If you can't code this on your own, I'd strongly advise you not to take this approach.
A better and more portable approach (you have some inherent non-portability by starting from a not clearly specified binary file format), would be:
std::vector<int> swap_and_sort_int_pairs(const unsigned char buffer[], size_t buflen) {
const size_t intsz = sizeof(int);
// We have to assume that the binary format in buffer is compatible with our int representation
// we also require an even number of integers
assert(buflen % (2*intsz) == 0);
// load pairwise
std::vector< std::pair<int,int> > pairs;
pairs.reserve(buflen/(2*intsz));
for (const unsigned char* bufp=buffer; bufp<buffer+buflen; bufp+= 2*intsz) {
// It would be better to have a more portable binary -> int conversion
int first_value = *reinterpret_cast<int*>(bufp);
int second_value = *reinterpret_cast<int*>(bufp + intsz);
// swap each pair here
pairs.emplace_back( second_value, firstvalue );
}
// less<pair<..>> does lexicographical ordering, which is what you are looking ofr
std::sort(pairs.begin(), pairs.end());
// convert back to linear vector
std::vector<int> result;
result.reserve(2*pairs.size());
for (auto& entry : pairs) {
result.push_back(entry.first);
result.push_back(entry.second);
}
return result;
}
Both the inital parse/swap pass (which you need anyway) and the final conversion are O(N), so the total complexity is still (O(N log(N)).

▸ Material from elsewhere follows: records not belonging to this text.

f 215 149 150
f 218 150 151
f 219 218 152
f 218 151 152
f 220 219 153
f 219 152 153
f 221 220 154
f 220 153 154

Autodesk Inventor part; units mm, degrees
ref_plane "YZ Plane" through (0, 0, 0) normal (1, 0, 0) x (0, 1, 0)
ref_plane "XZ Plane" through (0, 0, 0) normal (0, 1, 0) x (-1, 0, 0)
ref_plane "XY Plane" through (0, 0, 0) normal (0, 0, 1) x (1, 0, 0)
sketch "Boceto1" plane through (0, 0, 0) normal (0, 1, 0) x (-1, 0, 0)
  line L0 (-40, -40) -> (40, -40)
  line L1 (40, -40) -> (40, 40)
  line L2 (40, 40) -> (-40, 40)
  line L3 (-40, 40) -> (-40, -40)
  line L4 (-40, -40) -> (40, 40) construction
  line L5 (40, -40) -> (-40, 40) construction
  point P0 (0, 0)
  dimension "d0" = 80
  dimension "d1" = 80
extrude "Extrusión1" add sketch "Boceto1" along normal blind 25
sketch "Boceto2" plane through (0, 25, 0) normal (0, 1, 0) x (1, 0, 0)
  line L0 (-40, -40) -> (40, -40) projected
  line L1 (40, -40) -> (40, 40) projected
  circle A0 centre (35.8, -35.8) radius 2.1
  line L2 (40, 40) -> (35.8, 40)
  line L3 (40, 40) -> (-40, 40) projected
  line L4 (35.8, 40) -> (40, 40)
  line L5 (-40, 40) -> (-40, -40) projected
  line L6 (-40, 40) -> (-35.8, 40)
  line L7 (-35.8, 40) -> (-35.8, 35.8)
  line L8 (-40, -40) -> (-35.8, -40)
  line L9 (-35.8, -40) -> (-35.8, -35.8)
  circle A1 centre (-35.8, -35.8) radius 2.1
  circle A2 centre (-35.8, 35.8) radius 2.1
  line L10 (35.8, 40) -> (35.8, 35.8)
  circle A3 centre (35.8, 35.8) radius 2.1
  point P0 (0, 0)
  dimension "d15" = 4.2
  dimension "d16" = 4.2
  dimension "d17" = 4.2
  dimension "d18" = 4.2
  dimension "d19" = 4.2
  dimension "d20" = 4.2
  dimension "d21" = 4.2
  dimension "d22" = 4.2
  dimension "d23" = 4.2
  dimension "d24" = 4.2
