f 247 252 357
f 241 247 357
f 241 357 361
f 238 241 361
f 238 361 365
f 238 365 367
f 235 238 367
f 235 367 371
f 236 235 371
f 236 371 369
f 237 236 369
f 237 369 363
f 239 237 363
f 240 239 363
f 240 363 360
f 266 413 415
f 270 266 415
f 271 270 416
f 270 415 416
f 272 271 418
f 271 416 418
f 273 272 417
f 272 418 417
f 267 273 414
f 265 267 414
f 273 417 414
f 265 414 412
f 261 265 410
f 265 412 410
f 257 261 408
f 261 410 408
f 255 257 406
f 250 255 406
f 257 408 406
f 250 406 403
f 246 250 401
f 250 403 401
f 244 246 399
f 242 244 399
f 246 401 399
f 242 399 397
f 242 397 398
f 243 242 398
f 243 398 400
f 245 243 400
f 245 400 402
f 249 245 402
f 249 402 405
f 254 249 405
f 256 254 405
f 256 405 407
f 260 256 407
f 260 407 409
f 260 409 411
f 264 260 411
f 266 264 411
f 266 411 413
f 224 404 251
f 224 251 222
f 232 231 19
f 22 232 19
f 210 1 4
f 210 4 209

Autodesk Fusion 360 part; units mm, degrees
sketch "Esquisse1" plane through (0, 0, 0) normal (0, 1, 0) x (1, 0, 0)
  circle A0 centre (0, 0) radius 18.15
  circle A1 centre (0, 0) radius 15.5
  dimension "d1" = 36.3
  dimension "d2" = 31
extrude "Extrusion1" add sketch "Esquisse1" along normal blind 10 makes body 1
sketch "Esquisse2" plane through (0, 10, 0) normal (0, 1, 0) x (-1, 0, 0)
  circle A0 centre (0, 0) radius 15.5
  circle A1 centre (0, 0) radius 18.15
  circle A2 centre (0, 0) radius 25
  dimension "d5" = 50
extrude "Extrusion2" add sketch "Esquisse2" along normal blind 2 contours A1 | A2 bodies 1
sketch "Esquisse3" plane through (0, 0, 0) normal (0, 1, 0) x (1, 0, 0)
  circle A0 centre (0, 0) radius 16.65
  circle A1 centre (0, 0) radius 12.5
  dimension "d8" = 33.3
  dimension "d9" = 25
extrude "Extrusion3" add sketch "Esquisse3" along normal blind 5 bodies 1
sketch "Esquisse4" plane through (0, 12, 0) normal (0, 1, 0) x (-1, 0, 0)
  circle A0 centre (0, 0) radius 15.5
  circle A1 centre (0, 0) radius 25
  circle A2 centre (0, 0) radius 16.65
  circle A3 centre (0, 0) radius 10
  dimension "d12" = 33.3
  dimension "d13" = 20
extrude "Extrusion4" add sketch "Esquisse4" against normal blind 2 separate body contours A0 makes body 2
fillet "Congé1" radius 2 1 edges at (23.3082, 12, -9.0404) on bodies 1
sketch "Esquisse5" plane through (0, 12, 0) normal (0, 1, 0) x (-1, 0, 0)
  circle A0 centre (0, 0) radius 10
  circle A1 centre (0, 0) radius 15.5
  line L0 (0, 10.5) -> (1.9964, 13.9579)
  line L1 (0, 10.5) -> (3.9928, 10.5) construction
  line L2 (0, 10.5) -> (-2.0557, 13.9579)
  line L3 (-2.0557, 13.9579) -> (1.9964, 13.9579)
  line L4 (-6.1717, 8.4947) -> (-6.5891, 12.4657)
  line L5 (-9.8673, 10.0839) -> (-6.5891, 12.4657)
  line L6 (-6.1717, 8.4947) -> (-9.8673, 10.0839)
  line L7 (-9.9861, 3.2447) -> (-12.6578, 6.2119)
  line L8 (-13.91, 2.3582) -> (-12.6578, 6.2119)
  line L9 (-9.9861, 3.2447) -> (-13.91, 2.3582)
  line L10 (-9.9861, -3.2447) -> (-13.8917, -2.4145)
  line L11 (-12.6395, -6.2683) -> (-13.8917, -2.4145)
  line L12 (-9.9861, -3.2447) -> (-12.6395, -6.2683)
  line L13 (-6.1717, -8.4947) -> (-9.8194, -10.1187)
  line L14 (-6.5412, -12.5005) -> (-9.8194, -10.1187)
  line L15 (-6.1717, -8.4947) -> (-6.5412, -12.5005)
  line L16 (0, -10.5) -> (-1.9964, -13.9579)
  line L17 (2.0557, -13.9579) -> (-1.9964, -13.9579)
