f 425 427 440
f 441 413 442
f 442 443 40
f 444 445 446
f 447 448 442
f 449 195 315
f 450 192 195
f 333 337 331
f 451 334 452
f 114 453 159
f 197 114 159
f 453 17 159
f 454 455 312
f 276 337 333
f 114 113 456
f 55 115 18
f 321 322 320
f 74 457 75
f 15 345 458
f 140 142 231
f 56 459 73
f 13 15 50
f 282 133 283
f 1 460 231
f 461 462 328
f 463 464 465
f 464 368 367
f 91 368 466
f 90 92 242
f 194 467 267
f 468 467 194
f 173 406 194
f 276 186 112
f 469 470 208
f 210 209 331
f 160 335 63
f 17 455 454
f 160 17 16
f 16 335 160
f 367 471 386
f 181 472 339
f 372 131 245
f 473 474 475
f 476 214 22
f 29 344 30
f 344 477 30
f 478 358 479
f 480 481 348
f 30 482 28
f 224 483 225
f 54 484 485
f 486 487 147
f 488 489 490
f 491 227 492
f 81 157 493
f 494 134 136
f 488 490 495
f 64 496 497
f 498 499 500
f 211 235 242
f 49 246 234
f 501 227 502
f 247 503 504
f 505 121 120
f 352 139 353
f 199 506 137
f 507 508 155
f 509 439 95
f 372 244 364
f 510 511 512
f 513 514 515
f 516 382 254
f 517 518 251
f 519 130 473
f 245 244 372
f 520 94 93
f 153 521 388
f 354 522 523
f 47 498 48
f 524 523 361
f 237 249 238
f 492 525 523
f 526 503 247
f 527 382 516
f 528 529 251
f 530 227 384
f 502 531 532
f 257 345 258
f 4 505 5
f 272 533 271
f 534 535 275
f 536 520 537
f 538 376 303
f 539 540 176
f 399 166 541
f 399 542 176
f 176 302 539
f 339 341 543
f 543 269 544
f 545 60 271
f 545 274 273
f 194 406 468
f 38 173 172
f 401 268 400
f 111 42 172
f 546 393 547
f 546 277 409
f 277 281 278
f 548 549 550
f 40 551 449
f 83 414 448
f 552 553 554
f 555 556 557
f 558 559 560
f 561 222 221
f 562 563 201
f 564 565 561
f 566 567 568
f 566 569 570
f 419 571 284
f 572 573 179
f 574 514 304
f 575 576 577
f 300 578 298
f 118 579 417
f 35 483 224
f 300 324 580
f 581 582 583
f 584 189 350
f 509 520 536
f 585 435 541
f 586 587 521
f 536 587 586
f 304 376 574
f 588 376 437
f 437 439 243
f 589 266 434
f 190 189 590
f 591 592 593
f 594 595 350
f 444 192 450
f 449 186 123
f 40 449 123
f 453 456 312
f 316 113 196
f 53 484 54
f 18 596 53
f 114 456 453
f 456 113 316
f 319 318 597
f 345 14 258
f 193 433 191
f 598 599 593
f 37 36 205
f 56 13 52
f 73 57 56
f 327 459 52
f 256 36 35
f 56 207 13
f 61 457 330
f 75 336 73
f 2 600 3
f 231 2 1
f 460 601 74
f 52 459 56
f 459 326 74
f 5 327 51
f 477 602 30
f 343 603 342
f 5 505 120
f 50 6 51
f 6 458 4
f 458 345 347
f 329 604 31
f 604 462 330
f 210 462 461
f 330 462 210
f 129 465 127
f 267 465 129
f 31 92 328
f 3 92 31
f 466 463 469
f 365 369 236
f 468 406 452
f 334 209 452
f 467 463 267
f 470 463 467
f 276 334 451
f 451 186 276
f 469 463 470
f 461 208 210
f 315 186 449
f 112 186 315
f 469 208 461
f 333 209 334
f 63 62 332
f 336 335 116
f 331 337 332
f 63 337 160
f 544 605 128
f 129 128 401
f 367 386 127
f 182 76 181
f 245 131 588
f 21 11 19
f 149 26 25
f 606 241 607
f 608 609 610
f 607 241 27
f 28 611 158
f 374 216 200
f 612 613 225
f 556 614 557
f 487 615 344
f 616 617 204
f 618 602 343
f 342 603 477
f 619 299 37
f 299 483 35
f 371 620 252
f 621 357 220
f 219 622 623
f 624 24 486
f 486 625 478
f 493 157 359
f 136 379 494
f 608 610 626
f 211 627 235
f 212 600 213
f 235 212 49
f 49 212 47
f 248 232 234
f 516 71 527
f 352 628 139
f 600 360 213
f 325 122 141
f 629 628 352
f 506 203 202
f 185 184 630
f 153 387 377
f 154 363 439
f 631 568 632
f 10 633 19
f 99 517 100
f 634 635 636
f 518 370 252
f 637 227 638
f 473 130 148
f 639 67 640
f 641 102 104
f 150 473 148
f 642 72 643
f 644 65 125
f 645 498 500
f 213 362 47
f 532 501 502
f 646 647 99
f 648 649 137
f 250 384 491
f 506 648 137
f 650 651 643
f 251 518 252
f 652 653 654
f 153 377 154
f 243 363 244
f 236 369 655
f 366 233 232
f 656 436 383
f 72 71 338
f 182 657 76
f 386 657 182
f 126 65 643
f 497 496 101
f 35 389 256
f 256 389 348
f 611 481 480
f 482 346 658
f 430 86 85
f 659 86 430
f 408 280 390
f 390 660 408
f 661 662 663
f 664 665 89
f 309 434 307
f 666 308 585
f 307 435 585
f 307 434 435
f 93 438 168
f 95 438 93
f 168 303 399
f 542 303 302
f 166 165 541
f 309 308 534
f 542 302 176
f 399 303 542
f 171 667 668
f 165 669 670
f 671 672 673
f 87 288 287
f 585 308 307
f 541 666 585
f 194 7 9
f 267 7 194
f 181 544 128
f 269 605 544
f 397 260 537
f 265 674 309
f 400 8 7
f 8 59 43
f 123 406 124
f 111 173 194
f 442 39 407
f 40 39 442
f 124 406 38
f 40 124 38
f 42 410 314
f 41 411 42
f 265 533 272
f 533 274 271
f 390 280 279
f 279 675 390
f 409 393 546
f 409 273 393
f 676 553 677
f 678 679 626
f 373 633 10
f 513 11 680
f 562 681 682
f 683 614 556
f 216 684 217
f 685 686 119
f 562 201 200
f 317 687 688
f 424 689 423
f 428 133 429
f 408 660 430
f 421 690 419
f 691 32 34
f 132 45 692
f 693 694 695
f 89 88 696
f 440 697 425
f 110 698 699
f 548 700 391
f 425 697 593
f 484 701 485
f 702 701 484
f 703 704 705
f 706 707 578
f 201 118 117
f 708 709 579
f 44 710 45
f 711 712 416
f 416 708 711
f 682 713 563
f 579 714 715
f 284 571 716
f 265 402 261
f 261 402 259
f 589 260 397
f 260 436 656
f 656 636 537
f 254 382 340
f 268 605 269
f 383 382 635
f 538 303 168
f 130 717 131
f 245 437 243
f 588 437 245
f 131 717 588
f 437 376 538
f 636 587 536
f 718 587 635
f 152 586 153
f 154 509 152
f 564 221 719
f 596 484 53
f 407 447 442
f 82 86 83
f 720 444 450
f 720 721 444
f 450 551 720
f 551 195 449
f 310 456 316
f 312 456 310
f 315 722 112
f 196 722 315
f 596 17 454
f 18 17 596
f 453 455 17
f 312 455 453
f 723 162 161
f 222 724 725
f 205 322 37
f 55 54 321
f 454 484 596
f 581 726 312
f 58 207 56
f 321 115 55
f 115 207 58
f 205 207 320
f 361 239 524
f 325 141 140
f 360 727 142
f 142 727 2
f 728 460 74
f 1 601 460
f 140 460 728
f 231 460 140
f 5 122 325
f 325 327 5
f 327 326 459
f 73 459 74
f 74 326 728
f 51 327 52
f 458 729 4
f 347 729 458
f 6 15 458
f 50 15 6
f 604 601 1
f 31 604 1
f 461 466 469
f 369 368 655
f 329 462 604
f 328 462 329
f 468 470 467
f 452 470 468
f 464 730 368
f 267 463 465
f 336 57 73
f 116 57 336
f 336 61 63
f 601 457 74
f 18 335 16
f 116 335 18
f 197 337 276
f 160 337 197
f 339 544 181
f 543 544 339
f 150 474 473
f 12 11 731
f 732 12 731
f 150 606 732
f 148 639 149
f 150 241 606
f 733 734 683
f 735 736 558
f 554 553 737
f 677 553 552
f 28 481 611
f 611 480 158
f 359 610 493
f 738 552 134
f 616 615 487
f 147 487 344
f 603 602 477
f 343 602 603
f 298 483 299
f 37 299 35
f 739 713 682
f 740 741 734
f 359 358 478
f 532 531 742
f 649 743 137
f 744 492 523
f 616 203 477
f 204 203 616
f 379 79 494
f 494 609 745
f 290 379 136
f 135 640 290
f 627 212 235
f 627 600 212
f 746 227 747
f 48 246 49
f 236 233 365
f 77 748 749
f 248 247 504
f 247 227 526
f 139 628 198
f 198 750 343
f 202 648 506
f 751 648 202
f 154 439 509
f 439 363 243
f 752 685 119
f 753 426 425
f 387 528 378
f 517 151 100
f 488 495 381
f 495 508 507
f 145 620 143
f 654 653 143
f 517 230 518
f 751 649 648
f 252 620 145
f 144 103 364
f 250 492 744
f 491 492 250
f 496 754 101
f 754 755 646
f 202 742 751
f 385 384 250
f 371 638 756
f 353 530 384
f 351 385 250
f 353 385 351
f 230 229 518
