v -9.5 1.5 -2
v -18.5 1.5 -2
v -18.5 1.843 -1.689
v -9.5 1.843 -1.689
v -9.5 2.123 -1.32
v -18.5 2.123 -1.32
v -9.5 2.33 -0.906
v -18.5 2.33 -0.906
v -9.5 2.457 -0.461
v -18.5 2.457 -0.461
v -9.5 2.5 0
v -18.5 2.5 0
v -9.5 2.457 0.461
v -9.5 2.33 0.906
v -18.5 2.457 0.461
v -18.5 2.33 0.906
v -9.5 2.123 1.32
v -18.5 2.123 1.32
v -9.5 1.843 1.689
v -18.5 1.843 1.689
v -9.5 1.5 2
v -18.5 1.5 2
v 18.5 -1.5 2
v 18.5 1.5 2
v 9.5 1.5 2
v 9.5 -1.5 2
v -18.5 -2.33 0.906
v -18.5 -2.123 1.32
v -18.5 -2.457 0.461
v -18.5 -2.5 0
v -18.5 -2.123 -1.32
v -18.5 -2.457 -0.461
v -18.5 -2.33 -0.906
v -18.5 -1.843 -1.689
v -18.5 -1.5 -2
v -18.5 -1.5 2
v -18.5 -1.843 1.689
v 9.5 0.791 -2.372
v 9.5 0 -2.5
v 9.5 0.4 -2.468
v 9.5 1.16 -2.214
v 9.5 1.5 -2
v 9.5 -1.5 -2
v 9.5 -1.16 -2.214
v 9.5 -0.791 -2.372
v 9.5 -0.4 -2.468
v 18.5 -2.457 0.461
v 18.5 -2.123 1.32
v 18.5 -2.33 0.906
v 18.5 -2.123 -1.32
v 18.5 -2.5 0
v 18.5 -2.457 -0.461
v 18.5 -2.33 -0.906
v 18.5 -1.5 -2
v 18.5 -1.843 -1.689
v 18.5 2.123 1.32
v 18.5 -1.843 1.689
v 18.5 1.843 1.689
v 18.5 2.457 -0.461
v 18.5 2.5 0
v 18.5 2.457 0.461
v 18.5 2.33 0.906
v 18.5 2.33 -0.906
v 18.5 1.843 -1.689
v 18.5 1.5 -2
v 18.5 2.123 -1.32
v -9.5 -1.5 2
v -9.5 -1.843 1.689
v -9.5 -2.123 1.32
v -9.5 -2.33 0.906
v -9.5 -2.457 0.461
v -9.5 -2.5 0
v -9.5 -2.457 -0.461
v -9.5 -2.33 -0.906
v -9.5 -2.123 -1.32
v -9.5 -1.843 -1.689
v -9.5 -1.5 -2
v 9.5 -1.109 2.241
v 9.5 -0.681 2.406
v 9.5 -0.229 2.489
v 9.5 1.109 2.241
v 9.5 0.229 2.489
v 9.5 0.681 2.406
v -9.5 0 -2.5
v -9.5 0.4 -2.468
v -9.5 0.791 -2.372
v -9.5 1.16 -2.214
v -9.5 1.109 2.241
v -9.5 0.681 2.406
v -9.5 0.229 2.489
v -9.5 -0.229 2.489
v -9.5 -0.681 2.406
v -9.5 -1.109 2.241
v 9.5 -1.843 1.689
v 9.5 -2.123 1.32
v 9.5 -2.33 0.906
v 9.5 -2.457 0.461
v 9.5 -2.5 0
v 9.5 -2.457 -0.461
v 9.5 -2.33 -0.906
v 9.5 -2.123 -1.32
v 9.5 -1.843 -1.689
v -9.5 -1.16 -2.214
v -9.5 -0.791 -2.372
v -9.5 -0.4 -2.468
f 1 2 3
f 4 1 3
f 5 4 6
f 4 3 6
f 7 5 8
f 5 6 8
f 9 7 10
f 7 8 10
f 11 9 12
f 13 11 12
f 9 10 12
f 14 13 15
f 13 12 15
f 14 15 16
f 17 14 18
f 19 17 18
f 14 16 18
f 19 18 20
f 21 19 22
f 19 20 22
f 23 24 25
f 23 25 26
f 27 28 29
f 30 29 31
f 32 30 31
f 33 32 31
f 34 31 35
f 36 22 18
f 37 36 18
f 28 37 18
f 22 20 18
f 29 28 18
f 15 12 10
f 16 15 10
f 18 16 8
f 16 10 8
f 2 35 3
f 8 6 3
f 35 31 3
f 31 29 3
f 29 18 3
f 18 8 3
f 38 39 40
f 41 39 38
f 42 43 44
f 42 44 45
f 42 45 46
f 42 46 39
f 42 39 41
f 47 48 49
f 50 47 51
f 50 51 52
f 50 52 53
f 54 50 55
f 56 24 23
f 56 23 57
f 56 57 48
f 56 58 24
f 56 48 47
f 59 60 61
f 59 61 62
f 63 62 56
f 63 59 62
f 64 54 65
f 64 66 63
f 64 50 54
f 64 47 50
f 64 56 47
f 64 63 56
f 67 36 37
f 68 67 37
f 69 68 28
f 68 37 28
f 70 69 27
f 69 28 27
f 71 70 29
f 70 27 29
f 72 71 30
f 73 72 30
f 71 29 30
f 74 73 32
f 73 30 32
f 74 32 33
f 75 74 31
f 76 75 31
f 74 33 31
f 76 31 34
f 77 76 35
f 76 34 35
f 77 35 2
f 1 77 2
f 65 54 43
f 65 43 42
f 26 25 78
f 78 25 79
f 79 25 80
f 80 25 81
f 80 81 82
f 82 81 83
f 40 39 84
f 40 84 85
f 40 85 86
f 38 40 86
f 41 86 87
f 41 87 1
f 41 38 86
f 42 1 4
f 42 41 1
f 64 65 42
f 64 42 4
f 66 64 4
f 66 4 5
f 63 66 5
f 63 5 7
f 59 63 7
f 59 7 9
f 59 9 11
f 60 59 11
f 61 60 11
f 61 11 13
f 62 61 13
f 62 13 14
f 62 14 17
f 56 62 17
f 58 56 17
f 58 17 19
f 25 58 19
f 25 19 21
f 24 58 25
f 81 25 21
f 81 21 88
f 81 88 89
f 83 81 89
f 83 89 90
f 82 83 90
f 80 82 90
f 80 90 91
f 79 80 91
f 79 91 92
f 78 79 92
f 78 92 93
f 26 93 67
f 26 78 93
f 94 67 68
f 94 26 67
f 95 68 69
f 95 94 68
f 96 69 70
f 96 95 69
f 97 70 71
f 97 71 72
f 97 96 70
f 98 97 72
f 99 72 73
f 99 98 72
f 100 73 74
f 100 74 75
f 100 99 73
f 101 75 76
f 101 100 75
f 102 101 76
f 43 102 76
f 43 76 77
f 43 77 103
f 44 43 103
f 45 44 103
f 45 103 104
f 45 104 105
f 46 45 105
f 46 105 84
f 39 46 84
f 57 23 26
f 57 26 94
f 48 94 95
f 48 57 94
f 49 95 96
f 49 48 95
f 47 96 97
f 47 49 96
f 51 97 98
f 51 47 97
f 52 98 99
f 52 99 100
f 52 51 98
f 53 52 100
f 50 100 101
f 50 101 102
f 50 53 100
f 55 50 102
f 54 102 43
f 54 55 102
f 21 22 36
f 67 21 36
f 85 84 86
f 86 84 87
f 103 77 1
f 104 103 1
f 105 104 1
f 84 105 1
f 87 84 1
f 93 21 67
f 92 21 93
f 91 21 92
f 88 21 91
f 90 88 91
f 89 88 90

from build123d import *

# Parameters (mm, degrees)
SKETCH1_R           = 2.5
BOSS_EXTRUDE1_DEPTH = 9.5
BOSS_EXTRUDE2_START = 9
BOSS_EXTRUDE2_DEPTH = 9


with BuildPart() as part:
    # Sketch1 → Boss-Extrude1 (new, symmetric)
    with BuildSketch(Plane(origin=(0, 0, 0), x_dir=(0, 0, -1), z_dir=(1, 0, 0))):
        Circle(SKETCH1_R)
    extrude(amount=BOSS_EXTRUDE1_DEPTH, both=True)

    # Sketch2 → Boss-Extrude2 (add)
    with BuildSketch(Plane(origin=(9.5, 0, 0), x_dir=(0, 0, -1), z_dir=(1, 0, 0)).offset(BOSS_EXTRUDE2_START)):
        with BuildLine():
            Line((-2, 1.5), (-2, -1.5))
            ThreePointArc((-2, -1.5), (0, -2.5), (2, -1.5))
            Line((2, -1.5), (2, 1.5))
            ThreePointArc((2, 1.5), (0, 2.5), (-2, 1.5))
        make_face()
    boss_extrude2 = extrude(amount=-BOSS_EXTRUDE2_DEPTH)

    # Mirror1: Boss-Extrude2 across plane
    add(boss_extrude2.mirror(Plane(origin=(0, 0, 0), x_dir=(0, 0, 1), z_dir=(1, 0, 0))))


solid = part.part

If you can continue to work with pairs, you can save the final conversion. The other way to save that conversion would be to use a hand-coded sort with two-int strides and two-int swap: much more work - and possibly still hard to get as efficient as a well-tuned library sort.
Do one thing at a time. First, give your data some *struct*ure. It seems that each 8 byte form a unit of the
form
struct unit {
int key;
int value;
}
If the endianness is right, you can do this in O(1) with a reinterpret_cast. If it isn't, you'll have to live with a O(n) conversion effort. Both vanish compared to the O(n log n) search effort.
When you have an array of these units, you can use std::sort like:
bool compare_units(const unit& a, const unit& b) {
return a.key < b.key;
}
std::sort(array, length, compare_units);
The key to this solution is that you do the "swapping" and byte-interpretation first and then do the sorting.